■ The task ■
Look through the data below for the line with "v25 (-16.485572,-11.25,0)", and transcribe it exactly together with each line after it up to and including the line with "e31 v22 v27 LINE". Give nothing else.

(Source data begins)

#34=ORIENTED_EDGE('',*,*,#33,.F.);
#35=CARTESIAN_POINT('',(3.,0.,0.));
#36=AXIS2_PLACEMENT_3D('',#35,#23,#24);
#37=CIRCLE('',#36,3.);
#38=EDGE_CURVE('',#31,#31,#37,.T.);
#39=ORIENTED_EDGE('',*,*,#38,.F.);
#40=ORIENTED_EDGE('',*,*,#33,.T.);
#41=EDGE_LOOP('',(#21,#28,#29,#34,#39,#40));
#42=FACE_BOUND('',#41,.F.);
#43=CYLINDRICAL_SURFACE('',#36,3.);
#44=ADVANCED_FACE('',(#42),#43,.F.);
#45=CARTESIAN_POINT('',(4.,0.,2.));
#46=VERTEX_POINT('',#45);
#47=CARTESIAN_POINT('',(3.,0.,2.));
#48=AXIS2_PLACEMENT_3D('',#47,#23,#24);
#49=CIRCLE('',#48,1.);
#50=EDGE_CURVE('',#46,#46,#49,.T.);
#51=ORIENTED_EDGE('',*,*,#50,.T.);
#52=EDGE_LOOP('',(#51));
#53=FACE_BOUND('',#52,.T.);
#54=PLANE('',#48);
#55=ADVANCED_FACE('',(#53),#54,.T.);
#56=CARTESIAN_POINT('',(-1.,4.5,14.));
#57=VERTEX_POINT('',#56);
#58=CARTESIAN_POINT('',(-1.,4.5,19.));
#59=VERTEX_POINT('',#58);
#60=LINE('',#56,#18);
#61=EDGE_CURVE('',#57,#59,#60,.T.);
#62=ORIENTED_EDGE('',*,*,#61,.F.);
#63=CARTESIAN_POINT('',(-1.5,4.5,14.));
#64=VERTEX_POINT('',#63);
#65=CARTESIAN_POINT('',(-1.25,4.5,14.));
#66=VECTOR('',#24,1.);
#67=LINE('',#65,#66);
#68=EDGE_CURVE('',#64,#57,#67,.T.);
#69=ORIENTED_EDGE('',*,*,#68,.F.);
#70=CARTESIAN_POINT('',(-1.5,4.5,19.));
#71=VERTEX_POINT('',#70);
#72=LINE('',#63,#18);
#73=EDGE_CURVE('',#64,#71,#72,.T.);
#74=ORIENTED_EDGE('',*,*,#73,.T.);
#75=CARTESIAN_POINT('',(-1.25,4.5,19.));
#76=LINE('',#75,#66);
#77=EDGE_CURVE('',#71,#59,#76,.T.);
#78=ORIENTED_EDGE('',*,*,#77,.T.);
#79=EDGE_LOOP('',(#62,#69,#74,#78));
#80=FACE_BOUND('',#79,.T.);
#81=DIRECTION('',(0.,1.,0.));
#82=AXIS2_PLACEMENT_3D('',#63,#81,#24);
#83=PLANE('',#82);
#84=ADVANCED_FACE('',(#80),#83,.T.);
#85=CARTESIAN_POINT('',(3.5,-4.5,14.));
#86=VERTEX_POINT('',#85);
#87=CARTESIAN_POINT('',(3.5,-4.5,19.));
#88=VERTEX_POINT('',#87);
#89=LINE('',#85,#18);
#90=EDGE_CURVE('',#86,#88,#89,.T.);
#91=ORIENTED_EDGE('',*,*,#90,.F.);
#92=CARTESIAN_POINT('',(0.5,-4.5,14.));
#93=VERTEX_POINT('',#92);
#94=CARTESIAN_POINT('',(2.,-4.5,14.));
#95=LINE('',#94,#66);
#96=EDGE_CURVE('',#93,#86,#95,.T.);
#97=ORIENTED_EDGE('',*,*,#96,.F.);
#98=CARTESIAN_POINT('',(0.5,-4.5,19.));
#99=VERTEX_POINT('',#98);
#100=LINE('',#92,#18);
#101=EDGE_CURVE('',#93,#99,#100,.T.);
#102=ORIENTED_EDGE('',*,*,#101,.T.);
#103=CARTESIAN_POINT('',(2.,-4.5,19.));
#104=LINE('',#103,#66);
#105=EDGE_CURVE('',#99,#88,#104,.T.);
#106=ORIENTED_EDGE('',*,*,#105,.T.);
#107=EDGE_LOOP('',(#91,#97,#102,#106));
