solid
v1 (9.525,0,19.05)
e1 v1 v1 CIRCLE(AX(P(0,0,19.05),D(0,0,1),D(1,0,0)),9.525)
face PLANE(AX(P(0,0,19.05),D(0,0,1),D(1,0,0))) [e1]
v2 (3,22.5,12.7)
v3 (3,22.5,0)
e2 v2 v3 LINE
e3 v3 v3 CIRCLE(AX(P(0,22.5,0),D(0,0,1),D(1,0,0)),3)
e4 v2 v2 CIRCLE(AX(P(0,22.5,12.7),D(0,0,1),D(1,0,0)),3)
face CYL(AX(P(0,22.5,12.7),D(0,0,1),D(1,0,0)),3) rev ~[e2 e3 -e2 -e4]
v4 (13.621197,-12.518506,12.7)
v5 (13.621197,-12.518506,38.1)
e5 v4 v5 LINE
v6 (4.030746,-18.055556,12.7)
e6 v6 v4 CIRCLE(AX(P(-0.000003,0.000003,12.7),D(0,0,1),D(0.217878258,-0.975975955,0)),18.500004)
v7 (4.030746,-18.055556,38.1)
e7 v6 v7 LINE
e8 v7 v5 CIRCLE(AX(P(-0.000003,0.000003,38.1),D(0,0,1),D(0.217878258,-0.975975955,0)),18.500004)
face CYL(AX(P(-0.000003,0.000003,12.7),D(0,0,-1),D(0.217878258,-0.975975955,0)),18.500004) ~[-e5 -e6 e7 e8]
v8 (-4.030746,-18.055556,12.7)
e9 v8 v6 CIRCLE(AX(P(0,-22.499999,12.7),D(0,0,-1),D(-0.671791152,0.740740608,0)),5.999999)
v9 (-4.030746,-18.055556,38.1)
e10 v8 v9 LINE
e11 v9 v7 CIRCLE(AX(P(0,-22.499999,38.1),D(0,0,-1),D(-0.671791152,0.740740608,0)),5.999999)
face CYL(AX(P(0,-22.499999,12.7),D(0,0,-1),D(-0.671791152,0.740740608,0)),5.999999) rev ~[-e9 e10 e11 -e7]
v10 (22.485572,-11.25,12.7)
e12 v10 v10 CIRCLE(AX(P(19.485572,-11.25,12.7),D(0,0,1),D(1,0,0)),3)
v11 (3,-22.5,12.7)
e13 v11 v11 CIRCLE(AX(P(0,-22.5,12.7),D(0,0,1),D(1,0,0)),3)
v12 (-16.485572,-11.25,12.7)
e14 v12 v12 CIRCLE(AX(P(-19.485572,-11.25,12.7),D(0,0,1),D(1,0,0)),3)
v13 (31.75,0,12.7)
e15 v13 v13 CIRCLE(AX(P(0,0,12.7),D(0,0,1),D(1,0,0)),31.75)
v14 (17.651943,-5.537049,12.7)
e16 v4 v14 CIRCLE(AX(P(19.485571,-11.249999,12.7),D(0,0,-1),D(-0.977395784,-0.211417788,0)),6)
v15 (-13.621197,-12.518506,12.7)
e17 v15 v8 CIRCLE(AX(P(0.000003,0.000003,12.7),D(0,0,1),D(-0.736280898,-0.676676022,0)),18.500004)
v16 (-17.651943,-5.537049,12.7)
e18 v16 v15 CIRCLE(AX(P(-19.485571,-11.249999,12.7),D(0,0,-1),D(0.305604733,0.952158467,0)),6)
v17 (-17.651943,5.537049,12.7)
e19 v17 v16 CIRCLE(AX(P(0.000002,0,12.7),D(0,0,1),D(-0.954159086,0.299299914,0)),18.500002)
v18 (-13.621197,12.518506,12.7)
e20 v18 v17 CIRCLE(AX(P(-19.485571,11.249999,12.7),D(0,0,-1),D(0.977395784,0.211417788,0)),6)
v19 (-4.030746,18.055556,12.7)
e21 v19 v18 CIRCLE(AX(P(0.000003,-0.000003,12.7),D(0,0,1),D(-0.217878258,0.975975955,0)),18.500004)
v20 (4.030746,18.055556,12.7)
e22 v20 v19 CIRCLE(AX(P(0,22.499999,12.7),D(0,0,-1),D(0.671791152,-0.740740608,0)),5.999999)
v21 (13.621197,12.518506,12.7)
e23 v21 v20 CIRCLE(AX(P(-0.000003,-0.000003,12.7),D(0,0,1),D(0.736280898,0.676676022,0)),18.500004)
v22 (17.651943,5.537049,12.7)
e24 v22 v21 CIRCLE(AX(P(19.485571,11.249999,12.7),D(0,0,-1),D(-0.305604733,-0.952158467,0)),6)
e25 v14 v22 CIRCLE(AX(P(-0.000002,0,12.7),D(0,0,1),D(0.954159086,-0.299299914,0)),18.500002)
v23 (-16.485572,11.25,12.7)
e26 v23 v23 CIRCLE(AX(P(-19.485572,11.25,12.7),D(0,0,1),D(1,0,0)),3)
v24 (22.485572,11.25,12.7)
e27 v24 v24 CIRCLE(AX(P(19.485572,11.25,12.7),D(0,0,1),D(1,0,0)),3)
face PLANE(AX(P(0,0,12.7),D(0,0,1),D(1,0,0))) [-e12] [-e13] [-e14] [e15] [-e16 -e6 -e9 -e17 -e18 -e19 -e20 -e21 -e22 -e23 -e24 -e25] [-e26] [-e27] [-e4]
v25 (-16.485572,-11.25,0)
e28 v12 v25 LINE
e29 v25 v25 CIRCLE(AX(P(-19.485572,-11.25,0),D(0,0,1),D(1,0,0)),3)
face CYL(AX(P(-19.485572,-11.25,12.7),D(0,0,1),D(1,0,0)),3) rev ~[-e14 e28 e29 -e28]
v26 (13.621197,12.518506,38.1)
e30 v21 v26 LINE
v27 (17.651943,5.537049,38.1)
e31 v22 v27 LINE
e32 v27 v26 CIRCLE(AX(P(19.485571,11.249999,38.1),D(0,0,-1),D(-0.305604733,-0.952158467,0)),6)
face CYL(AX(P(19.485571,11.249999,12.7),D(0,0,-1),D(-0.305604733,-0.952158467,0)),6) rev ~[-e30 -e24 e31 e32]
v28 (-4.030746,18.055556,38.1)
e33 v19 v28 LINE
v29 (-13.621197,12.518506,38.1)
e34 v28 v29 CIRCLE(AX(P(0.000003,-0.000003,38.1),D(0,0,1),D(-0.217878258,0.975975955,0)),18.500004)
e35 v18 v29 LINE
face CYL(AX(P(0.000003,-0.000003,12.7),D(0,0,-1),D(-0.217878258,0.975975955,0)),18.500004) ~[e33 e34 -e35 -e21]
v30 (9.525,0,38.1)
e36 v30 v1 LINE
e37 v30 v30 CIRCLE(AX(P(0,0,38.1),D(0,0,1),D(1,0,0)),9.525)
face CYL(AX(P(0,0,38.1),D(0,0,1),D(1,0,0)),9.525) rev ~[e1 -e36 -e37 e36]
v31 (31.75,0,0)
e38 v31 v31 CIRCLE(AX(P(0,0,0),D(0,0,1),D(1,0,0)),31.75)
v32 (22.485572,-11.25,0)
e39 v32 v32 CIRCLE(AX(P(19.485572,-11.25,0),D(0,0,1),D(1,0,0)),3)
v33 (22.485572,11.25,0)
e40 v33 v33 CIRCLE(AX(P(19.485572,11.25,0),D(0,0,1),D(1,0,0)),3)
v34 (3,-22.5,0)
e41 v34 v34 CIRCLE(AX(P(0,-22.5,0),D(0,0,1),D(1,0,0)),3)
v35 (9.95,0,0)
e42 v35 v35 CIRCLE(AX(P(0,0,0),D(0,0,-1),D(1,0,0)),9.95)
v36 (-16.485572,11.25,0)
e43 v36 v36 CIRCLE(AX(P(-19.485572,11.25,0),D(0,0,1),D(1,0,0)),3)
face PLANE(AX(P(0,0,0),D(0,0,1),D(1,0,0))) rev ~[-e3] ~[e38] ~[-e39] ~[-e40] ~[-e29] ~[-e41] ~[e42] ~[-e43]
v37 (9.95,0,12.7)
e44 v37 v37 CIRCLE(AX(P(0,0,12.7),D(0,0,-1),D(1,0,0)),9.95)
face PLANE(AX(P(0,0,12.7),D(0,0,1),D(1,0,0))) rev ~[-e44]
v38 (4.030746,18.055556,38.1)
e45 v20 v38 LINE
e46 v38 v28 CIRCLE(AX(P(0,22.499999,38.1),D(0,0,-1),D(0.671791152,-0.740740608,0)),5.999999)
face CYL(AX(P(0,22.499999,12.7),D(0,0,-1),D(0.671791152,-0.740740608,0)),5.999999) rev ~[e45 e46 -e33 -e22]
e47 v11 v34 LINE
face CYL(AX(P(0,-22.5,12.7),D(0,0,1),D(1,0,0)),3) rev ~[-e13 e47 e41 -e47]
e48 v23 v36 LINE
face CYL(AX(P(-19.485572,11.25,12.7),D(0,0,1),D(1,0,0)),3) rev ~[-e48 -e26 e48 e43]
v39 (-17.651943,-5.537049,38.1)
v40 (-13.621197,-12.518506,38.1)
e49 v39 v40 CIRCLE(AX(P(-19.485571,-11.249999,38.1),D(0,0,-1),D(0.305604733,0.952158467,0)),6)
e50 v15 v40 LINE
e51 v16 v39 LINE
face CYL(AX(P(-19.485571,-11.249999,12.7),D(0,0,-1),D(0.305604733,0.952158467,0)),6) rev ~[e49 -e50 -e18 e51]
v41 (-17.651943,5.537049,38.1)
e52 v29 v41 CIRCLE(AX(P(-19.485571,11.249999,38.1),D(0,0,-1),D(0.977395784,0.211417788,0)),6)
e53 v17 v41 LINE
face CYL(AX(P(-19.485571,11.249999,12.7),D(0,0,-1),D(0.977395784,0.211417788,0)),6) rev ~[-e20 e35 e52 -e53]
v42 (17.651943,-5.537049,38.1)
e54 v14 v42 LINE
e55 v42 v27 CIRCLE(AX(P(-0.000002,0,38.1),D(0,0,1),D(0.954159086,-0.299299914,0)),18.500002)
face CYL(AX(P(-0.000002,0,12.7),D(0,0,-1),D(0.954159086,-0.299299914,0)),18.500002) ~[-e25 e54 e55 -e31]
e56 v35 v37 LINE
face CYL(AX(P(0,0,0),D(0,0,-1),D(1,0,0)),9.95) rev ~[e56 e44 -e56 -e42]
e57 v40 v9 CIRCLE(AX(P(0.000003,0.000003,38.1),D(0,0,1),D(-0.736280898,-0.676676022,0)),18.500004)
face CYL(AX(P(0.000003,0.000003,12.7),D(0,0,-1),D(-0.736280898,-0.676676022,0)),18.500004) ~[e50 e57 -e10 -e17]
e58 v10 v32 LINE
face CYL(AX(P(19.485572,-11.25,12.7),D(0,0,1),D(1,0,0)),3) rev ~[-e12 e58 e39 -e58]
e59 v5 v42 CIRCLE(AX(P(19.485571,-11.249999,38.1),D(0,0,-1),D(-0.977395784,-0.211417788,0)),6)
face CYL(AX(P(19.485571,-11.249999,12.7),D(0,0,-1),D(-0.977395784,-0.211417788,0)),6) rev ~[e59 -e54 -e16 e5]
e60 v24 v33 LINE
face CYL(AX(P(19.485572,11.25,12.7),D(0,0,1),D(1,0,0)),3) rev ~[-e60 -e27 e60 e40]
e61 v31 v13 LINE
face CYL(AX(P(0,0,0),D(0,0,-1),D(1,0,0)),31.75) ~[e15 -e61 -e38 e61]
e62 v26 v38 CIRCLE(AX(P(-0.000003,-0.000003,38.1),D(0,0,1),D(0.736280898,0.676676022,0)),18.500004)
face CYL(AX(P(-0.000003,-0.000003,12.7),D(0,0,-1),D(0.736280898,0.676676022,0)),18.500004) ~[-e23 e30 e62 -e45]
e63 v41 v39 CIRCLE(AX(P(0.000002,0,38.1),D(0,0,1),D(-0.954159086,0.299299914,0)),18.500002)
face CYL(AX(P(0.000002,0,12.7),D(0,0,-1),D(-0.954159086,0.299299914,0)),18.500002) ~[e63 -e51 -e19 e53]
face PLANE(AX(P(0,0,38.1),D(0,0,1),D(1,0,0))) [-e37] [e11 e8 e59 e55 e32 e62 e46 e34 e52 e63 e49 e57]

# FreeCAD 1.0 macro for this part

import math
import FreeCAD as App
import Part
import Sketcher

V = App.Vector
Q = App.Units.Quantity

doc = App.newDocument("Part")
params = doc.addObject("Spreadsheet::Sheet", "Params")
for row, (alias, value) in enumerate([
    ("sketch1_diameter", "2.5 in"),
    ("pad1_length", "0.5 in"),
    ("pocket2_length", "0.5 in"),
    ("pad2_length", "1 in"),
    ("sketch5_diameter", "0.75 in"),
    ("pocket3_length", "0.75 in"),
], start=1):
    params.set(f"A{row}", alias)
    params.set(f"B{row}", "=" + value)
    params.setAlias(f"B{row}", alias)

body = doc.addObject("PartDesign::Body", "Body")

# Sketch on XY plane
sketch1 = body.newObject("Sketcher::SketchObject", "Sketch")
sketch1.AttachmentSupport = (doc.getObject("XY_Plane"), [""])
sketch1.MapMode = "FlatFace"
sketch1.addGeometry(Part.Circle(V(0, 0, 0), V(0, 0, 1), 31.75), False)
sketch1.addConstraint([
    Sketcher.Constraint("Coincident", 0, 3, -1, 1),
    Sketcher.Constraint("Diameter", 0, Q("2.5 in")),
])
sketch1.setExpression("Constraints[1]", "Params.sketch1_diameter")
pad1 = body.newObject("PartDesign::Pad", "Pad")
pad1.Profile = sketch1
pad1.setExpression("Length", "Params.pad1_length")

# Sketch on XY plane
sketch2 = body.newObject("Sketcher::SketchObject", "Sketch001")
sketch2.AttachmentSupport = (doc.getObject("XY_Plane"), [""])
sketch2.MapMode = "FlatFace"
sketch2.AttachmentOffset = App.Placement(V(0, 0, 0.5 * 25.4), App.Rotation())
sketch2.addGeometry([
    Part.Circle(V(0, 22.5, 0), V(0, 0, 1), 3),  # 0
    Part.Circle(V(-19.485572, 11.25, 0), V(0, 0, 1), 3),  # 1
    Part.Circle(V(-19.485572, -11.25, 0), V(0, 0, 1), 3),  # 2
    Part.Circle(V(0, -22.5, 0), V(0, 0, 1), 3),  # 3
    Part.Circle(V(19.485572, -11.25, 0), V(0, 0, 1), 3),  # 4
    Part.Circle(V(19.485572, 11.25, 0), V(0, 0, 1), 3),  # 5
], False)
sketch2.addConstraint([
    Sketcher.Constraint("Equal", 0, 1),
    Sketcher.Constraint("Equal", 1, 2),
    Sketcher.Constraint("Equal", 2, 3),
    Sketcher.Constraint("Equal", 3, 4),
    Sketcher.Constraint("Equal", 4, 5),
    Sketcher.Constraint("Symmetric", 0, 3, 3, 3, -1, 1),
    Sketcher.Constraint("Symmetric", 1, 3, 4, 3, -1, 1),
    Sketcher.Constraint("Symmetric", 2, 3, 5, 3, -1, 1),
    Sketcher.Constraint("Symmetric", 2, 3, 4, 3, -2),
    Sketcher.Constraint("PointOnObject", 0, 3, -2),
    Sketcher.Constraint("Diameter", 0, 6.0),
    Sketcher.Constraint("DistanceY", -1, 1, 0, 3, 22.5),
    Sketcher.Constraint("DistanceY", -1, 1, 1, 3, 11.25),
    Sketcher.Constraint("DistanceX", 1, 3, -1, 1, 19.485572),
])
pocket1 = body.newObject("PartDesign::Pocket", "Pocket")
pocket1.Profile = sketch2
pocket1.Type = "ThroughAll"

# Sketch on XY plane
sketch3 = body.newObject("Sketcher::SketchObject", "Sketch002")
sketch3.AttachmentSupport = (doc.getObject("XY_Plane"), [""])
sketch3.MapMode = "FlatFace"
sketch3.addGeometry(Part.Circle(V(0, 0, 0), V(0, 0, 1), 9.95), False)
sketch3.addConstraint([
    Sketcher.Constraint("Coincident", 0, 3, -1, 1),
    Sketcher.Constraint("Diameter", 0, 19.9),
])
pocket2 = body.newObject("PartDesign::Pocket", "Pocket001")
pocket2.Profile = sketch3
pocket2.setExpression("Length", "Params.pocket2_length")
pocket2.Reversed = True

# Sketch on XY plane
sketch4 = body.newObject("Sketcher::SketchObject", "Sketch003")
sketch4.AttachmentSupport = (doc.getObject("XY_Plane"), [""])
sketch4.MapMode = "FlatFace"
sketch4.AttachmentOffset = App.Placement(V(0, 0, 0.5 * 25.4), App.Rotation())
sketch4.addGeometry([
    Part.ArcOfCircle(Part.Circle(V(0, -22.499999, 0), V(0, 0, 1), 5.999999), math.radians(47.794542), math.radians(132.205458)),  # 0
    Part.ArcOfCircle(Part.Circle(V(-0.000003, 0.000003, 0), V(0, 0, 1), 18.500004), math.radians(-77.415557), math.radians(-42.584439)),  # 1
    Part.ArcOfCircle(Part.Circle(V(19.485571, -11.249999, 0), V(0, 0, 1), 6), math.radians(107.79455), math.radians(192.205451)),  # 2
    Part.ArcOfCircle(Part.Circle(V(-0.000002, 0, 0), V(0, 0, 1), 18.500002), math.radians(-17.415559), math.radians(17.415559)),  # 3
    Part.ArcOfCircle(Part.Circle(V(19.485571, 11.249999, 0), V(0, 0, 1), 6), math.radians(167.794549), math.radians(252.20545)),  # 4
    Part.ArcOfCircle(Part.Circle(V(-0.000003, -0.000003, 0), V(0, 0, 1), 18.500004), math.radians(42.584439), math.radians(77.415557)),  # 5
    Part.ArcOfCircle(Part.Circle(V(0, 22.499999, 0), V(0, 0, 1), 5.999999), math.radians(-132.205458), math.radians(-47.794542)),  # 6
    Part.ArcOfCircle(Part.Circle(V(0.000003, -0.000003, 0), V(0, 0, 1), 18.500004), math.radians(102.584443), math.radians(137.415561)),  # 7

(Source data ends)

■ Response to the exercise ■
v25 (-16.485572,-11.25,0)
e28 v12 v25 LINE
e29 v25 v25 CIRCLE(AX(P(-19.485572,-11.25,0),D(0,0,1),D(1,0,0)),3)
face CYL(AX(P(-19.485572,-11.25,12.7),D(0,0,1),D(1,0,0)),3) rev ~[-e14 e28 e29 -e28]
v26 (13.621197,12.518506,38.1)
e30 v21 v26 LINE
v27 (17.651943,5.537049,38.1)
e31 v22 v27 LINE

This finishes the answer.